I love that bit in 'Around the World'! It was perhaps my favourite book when I was about 12 and I read a lot of Jules Verne after that, including the ones about Quebec. I liked the film with David Niven too.
It's always funny when you arrive somewhere after a minor drama and a series of alarums and excursions like that, but of course the people there have no idea that your journey has been touch-and-go, and treat your arrival as routine, as for them it is...
I think after that and a visit to the dentist you deserve a selection of cakes!
What I particularly like about Round the World - the film and the book - is way Phileas turns up at the club as the clock is striking mid day, to claim his wager.
Ah but there's an underlying justification to this tale about modern travel. Something rather similar, when you got rid of your car and started to use buses, got you into The Spectator which was a pleasing achievement.

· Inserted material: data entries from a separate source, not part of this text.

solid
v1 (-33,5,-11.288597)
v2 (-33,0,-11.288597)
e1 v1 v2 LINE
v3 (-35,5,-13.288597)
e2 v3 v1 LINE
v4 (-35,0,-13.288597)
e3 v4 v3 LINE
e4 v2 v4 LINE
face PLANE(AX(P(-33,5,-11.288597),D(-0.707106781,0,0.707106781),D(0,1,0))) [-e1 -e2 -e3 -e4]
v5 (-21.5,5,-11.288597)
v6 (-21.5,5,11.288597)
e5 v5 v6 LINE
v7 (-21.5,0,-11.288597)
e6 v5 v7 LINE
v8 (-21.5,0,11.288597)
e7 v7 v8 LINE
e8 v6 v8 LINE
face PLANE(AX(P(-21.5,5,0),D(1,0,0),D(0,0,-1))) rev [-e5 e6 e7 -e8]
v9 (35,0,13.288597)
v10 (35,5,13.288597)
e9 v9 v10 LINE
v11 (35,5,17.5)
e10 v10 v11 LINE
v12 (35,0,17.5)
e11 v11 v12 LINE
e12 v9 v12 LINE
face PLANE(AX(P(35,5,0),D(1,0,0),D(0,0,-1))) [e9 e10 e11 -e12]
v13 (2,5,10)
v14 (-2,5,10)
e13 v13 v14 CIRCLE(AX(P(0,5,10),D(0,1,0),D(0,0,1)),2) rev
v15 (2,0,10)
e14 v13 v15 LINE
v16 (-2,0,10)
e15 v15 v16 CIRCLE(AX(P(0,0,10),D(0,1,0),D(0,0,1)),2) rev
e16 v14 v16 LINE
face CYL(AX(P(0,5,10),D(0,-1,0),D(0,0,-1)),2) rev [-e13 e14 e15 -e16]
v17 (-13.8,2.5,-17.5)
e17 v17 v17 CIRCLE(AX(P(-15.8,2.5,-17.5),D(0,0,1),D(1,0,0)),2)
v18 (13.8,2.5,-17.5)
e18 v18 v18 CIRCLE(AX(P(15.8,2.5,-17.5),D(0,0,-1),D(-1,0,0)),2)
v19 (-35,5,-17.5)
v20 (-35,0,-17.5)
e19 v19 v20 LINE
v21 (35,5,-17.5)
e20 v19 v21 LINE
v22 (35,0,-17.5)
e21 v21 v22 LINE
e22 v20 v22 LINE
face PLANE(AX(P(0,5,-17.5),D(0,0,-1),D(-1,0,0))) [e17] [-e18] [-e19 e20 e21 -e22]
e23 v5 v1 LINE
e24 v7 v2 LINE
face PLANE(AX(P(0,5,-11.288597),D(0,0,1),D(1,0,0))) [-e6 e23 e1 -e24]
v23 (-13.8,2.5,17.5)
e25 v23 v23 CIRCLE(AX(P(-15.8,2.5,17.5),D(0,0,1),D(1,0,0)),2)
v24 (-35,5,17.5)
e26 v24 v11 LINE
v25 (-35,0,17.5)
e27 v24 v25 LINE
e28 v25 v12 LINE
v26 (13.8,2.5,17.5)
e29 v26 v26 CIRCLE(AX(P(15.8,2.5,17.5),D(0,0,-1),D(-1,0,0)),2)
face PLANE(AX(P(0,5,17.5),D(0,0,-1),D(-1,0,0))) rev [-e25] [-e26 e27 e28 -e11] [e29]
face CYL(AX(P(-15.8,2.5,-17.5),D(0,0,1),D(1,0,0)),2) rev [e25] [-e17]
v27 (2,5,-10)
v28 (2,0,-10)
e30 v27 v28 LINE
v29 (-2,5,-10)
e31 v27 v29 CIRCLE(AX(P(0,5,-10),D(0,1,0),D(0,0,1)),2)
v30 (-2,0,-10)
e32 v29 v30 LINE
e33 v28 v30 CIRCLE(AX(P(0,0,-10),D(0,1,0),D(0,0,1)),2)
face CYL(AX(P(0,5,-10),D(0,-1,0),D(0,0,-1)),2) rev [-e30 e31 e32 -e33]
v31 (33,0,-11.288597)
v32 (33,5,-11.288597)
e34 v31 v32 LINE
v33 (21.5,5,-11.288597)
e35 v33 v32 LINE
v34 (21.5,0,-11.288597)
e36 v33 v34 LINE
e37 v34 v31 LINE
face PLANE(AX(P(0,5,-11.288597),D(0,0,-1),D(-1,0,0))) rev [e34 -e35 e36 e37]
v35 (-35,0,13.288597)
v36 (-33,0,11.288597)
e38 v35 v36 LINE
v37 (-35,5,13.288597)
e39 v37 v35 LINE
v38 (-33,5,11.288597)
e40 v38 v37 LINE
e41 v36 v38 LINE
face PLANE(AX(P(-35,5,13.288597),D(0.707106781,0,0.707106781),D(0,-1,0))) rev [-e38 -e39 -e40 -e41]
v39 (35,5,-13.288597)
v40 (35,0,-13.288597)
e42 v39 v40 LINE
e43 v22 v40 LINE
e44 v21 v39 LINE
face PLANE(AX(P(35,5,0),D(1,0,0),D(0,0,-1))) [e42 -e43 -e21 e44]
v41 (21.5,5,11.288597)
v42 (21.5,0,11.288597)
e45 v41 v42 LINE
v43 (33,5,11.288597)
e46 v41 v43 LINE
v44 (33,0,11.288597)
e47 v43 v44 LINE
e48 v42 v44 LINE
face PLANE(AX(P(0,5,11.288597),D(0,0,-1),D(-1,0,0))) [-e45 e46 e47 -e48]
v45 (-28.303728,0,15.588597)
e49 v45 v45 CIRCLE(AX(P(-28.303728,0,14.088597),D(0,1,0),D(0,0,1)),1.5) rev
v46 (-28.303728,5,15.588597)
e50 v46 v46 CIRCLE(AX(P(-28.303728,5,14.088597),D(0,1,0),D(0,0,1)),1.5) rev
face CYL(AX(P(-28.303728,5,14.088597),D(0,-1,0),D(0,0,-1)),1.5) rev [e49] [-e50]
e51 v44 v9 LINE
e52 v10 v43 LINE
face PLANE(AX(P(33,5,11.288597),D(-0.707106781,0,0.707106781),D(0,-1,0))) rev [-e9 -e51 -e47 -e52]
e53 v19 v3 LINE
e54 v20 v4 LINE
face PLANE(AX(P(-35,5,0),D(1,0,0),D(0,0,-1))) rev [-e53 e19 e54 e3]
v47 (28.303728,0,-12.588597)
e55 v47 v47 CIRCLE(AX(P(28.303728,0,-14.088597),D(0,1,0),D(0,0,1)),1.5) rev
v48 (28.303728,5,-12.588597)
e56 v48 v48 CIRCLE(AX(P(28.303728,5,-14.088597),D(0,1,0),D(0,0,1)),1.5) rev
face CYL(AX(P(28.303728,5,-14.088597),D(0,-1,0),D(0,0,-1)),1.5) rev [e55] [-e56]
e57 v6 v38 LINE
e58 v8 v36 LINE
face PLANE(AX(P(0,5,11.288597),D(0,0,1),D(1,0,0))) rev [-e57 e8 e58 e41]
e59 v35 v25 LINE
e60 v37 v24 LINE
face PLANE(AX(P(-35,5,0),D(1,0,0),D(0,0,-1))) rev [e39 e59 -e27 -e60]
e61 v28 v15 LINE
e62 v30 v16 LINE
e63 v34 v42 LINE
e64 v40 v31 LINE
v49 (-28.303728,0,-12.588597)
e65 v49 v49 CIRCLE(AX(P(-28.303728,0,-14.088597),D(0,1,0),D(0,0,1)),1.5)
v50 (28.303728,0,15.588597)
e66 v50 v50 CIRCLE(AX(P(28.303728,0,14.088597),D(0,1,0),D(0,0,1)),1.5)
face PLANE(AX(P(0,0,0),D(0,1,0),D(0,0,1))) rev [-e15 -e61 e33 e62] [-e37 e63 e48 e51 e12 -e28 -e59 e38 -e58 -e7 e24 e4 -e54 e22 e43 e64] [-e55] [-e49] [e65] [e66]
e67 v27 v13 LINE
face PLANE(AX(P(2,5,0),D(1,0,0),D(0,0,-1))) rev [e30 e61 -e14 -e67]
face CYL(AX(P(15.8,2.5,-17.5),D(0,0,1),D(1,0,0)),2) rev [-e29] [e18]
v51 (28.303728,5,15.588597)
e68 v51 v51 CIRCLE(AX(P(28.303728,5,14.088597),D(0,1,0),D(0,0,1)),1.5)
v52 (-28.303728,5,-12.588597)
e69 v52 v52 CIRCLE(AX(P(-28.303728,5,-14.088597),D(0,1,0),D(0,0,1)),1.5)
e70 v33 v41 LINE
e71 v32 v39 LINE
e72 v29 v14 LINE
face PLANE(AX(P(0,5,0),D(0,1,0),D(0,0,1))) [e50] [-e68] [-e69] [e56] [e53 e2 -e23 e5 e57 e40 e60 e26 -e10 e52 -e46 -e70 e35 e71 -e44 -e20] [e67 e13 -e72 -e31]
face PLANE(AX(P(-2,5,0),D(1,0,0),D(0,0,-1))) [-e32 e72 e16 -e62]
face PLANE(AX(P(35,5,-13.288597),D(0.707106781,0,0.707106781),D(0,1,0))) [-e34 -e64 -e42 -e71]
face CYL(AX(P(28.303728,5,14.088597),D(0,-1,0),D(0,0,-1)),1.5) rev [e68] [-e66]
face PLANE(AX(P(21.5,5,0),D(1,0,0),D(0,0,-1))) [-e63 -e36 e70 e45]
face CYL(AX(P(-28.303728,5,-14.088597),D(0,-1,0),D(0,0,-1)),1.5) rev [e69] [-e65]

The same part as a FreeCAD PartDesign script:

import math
import FreeCAD as App
import Part
import Sketcher

V = App.Vector
Q = App.Units.Quantity


def edges_at(feature, points):
    """Names of the edges that pass closest to the given points."""
    edges = feature.Shape.Edges
    near = lambda p: min(range(len(edges)), key=lambda i: edges[i].distToShape(Part.Vertex(*p))[0])
    return sorted({f"Edge{near(p) + 1}" for p in points})

doc = App.newDocument("Part")
params = doc.addObject("Spreadsheet::Sheet", "Params")
for row, (alias, value) in enumerate([
    ("sketch1_diameter", "3 mm"),
    ("sketch1_radius", "2 mm"),
    ("sketch1_width", "70 mm"),
    ("sketch1_height", "20 mm"),
    ("sketch1_width2", "13.5 mm"),
    ("pad1_length", "5 mm"),
    ("chamfer_size", "2 mm"),
    ("sketch2_diameter", "4 mm"),
], start=1):
    params.set(f"A{row}", alias)
    params.set(f"B{row}", "=" + value)
    params.setAlias(f"B{row}", alias)

body = doc.addObject("PartDesign::Body", "Body")

# Sketch on XZ plane
sketch1 = body.newObject("Sketcher::SketchObject", "Sketch")
sketch1.AttachmentSupport = (doc.getObject("XZ_Plane"), [""])
sketch1.MapMode = "FlatFace"
sketch1.addGeometry(Part.LineSegment(V(35, -17.5, 0), V(-35, -17.5, 0)), False)
sketch1.addGeometry(Part.LineSegment(V(-35, -17.5, 0), V(-35, -11.3, 0)), False)
sketch1.addGeometry(Part.LineSegment(V(-35, -11.3, 0), V(-21.5, -11.3, 0)), False)
sketch1.addGeometry(Part.LineSegment(V(-21.5, -11.3, 0), V(-21.5, 11.3, 0)), False)
sketch1.addGeometry(Part.LineSegment(V(-21.5, 11.3, 0), V(-35, 11.3, 0)), False)
sketch1.addGeometry(Part.LineSegment(V(-35, 11.3, 0), V(-35, 17.5, 0)), False)
sketch1.addGeometry(Part.LineSegment(V(-35, 17.5, 0), V(35, 17.5, 0)), False)
sketch1.addGeometry(Part.LineSegment(V(35, 17.5, 0), V(35, 11.3, 0)), False)
sketch1.addGeometry(Part.LineSegment(V(35, 11.3, 0), V(21.5, 11.3, 0)), False)
sketch1.addGeometry(Part.LineSegment(V(21.5, 11.3, 0), V(21.5, -11.3, 0)), False)
sketch1.addGeometry(Part.LineSegment(V(21.5, -11.3, 0), V(35, -11.3, 0)), False)
sketch1.addGeometry(Part.LineSegment(V(35, -11.3, 0), V(35, -17.5, 0)), False)
sketch1.addGeometry(Part.Circle(V(-28.3, 14.1, 0), V(0, 0, 1), 1.5), False)
sketch1.addGeometry(Part.Circle(V(28.3, 14.1, 0), V(0, 0, 1), 1.5), False)
sketch1.addGeometry(Part.Circle(V(-28.3, -14.1, 0), V(0, 0, 1), 1.5), False)
sketch1.addGeometry(Part.LineSegment(V(-2, 10, 0), V(-2, -10, 0)), False)
sketch1.addGeometry(Part.ArcOfCircle(Part.Circle(V(0, -10, 0), V(0, 0, 1), 2), math.radians(180), math.radians(360)), False)
sketch1.addGeometry(Part.LineSegment(V(2, -10, 0), V(2, 10, 0)), False)
sketch1.addGeometry(Part.ArcOfCircle(Part.Circle(V(0, 10, 0), V(0, 0, 1), 2), math.radians(0), math.radians(180)), False)
sketch1.addGeometry(Part.Circle(V(28.3, -14.1, 0), V(0, 0, 1), 1.5), False)
sketch1.addConstraint(Sketcher.Constraint("Coincident", 0, 2, 1, 1))
sketch1.addConstraint(Sketcher.Constraint("Coincident", 1, 2, 2, 1))
sketch1.addConstraint(Sketcher.Constraint("Coincident", 2, 2, 3, 1))
sketch1.addConstraint(Sketcher.Constraint("Coincident", 3, 2, 4, 1))
sketch1.addConstraint(Sketcher.Constraint("Coincident", 4, 2, 5, 1))
sketch1.addConstraint(Sketcher.Constraint("Coincident", 5, 2, 6, 1))
sketch1.addConstraint(Sketcher.Constraint("Coincident", 6, 2, 7, 1))
sketch1.addConstraint(Sketcher.Constraint("Coincident", 7, 2, 8, 1))
sketch1.addConstraint(Sketcher.Constraint("Coincident", 8, 2, 9, 1))
sketch1.addConstraint(Sketcher.Constraint("Coincident", 9, 2, 10, 1))
sketch1.addConstraint(Sketcher.Constraint("Coincident", 10, 2, 11, 1))
sketch1.addConstraint(Sketcher.Constraint("Coincident", 11, 2, 0, 1))
sketch1.addConstraint(Sketcher.Constraint("Tangent", 15, 2, 16, 1))
sketch1.addConstraint(Sketcher.Constraint("Tangent", 16, 2, 17, 1))
sketch1.addConstraint(Sketcher.Constraint("Tangent", 17, 2, 18, 1))
sketch1.addConstraint(Sketcher.Constraint("Tangent", 18, 2, 15, 1))
sketch1.addConstraint(Sketcher.Constraint("Horizontal", 0))
sketch1.addConstraint(Sketcher.Constraint("Vertical", 1))
sketch1.addConstraint(Sketcher.Constraint("Horizontal", 2))
sketch1.addConstraint(Sketcher.Constraint("Vertical", 3))
sketch1.addConstraint(Sketcher.Constraint("Horizontal", 4))
sketch1.addConstraint(Sketcher.Constraint("Vertical", 5))
sketch1.addConstraint(Sketcher.Constraint("Horizontal", 6))
sketch1.addConstraint(Sketcher.Constraint("Vertical", 7))
sketch1.addConstraint(Sketcher.Constraint("Horizontal", 8))
sketch1.addConstraint(Sketcher.Constraint("Vertical", 9))
sketch1.addConstraint(Sketcher.Constraint("Horizontal", 10))
sketch1.addConstraint(Sketcher.Constraint("Vertical", 11))
sketch1.addConstraint(Sketcher.Constraint("Vertical", 15))
sketch1.addConstraint(Sketcher.Constraint("Vertical", 17))
sketch1.addConstraint(Sketcher.Constraint("Equal", 12, 13))
sketch1.addConstraint(Sketcher.Constraint("Equal", 13, 14))
sketch1.addConstraint(Sketcher.Constraint("Equal", 14, 19))
sketch1.addConstraint(Sketcher.Constraint("Symmetric", 13, 3, 14, 3, -1, 1))
sketch1.addConstraint(Sketcher.Constraint("Symmetric", 16, 3, 18, 3, -1, 1))
sketch1.addConstraint(Sketcher.Constraint("Symmetric", 12, 3, 19, 3, -1, 1))
sketch1.addConstraint(Sketcher.Constraint("Symmetric", 0, 2, 6, 2, -1, 1))
sketch1.addConstraint(Sketcher.Constraint("Symmetric", 2, 2, 8, 2, -1, 1))
sketch1.addConstraint(Sketcher.Constraint("Symmetric", 4, 2, 10, 2, -1, 1))
sketch1.addConstraint(Sketcher.Constraint("Symmetric", 12, 3, 13, 3, -2))
sketch1.addConstraint(Sketcher.Constraint("Symmetric", 4, 2, 7, 2, -2))
sketch1.addConstraint(Sketcher.Constraint("Diameter", 12, Q("3 mm")))
sketch1.addConstraint(Sketcher.Constraint("Radius", 16, Q("2 mm")))
sketch1.addConstraint(Sketcher.Constraint("DistanceX", 0, 2, 0, 1, Q("70 mm")))
sketch1.addConstraint(Sketcher.Constraint("DistanceY", 15, 2, 15, 1, Q("20 mm")))
sketch1.addConstraint(Sketcher.Constraint("DistanceX", 2, 1, 2, 2, Q("13.5 mm")))
sketch1.addConstraint(Sketcher.Constraint("DistanceY", 0, 2, -1, 1, Q("17.5 mm")))
sketch1.addConstraint(Sketcher.Constraint("DistanceY", 14, 3, 1, 2, Q("2.8 mm")))
sketch1.addConstraint(Sketcher.Constraint("DistanceY", 1, 1, 1, 2, Q("6.211403 mm")))
sketch1.addConstraint(Sketcher.Constraint("DistanceX", 12, 3, -1, 1, Q("28.303728 mm")))
sketch1.setExpression("Constraints[41]", "Params.sketch1_diameter")
sketch1.setExpression("Constraints[42]", "Params.sketch1_radius")
sketch1.setExpression("Constraints[43]", "Params.sketch1_width")
sketch1.setExpression("Constraints[44]", "Params.sketch1_height")
sketch1.setExpression("Constraints[45]", "Params.sketch1_width2")
pad1 = body.newObject("PartDesign::Pad", "Pad")
pad1.Profile = sketch1
pad1.setExpression("Length", "Params.pad1_length")
pad1.Reversed = True
doc.recompute()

I can't remember whether this preceded your blog or not and whether, now, your life is lived in a way that is likely to provide research or whether you have opted for a riskier non-dirigiste approach and to depend on what are clearly much sharpened powers of observation. Do you live to blog or is your blog coincidental to your life? A bit of both I suppose.
What about "various" cakes? Sounds as if they didn't care.
You're right, BB, it was that bus trip to Sevenoaks long before I started blogging which gave rise to The Specator article. There was rather more to the unfortunate bus ride than I had room for here. But though infuriating at the time, it proved profitable in the long run run.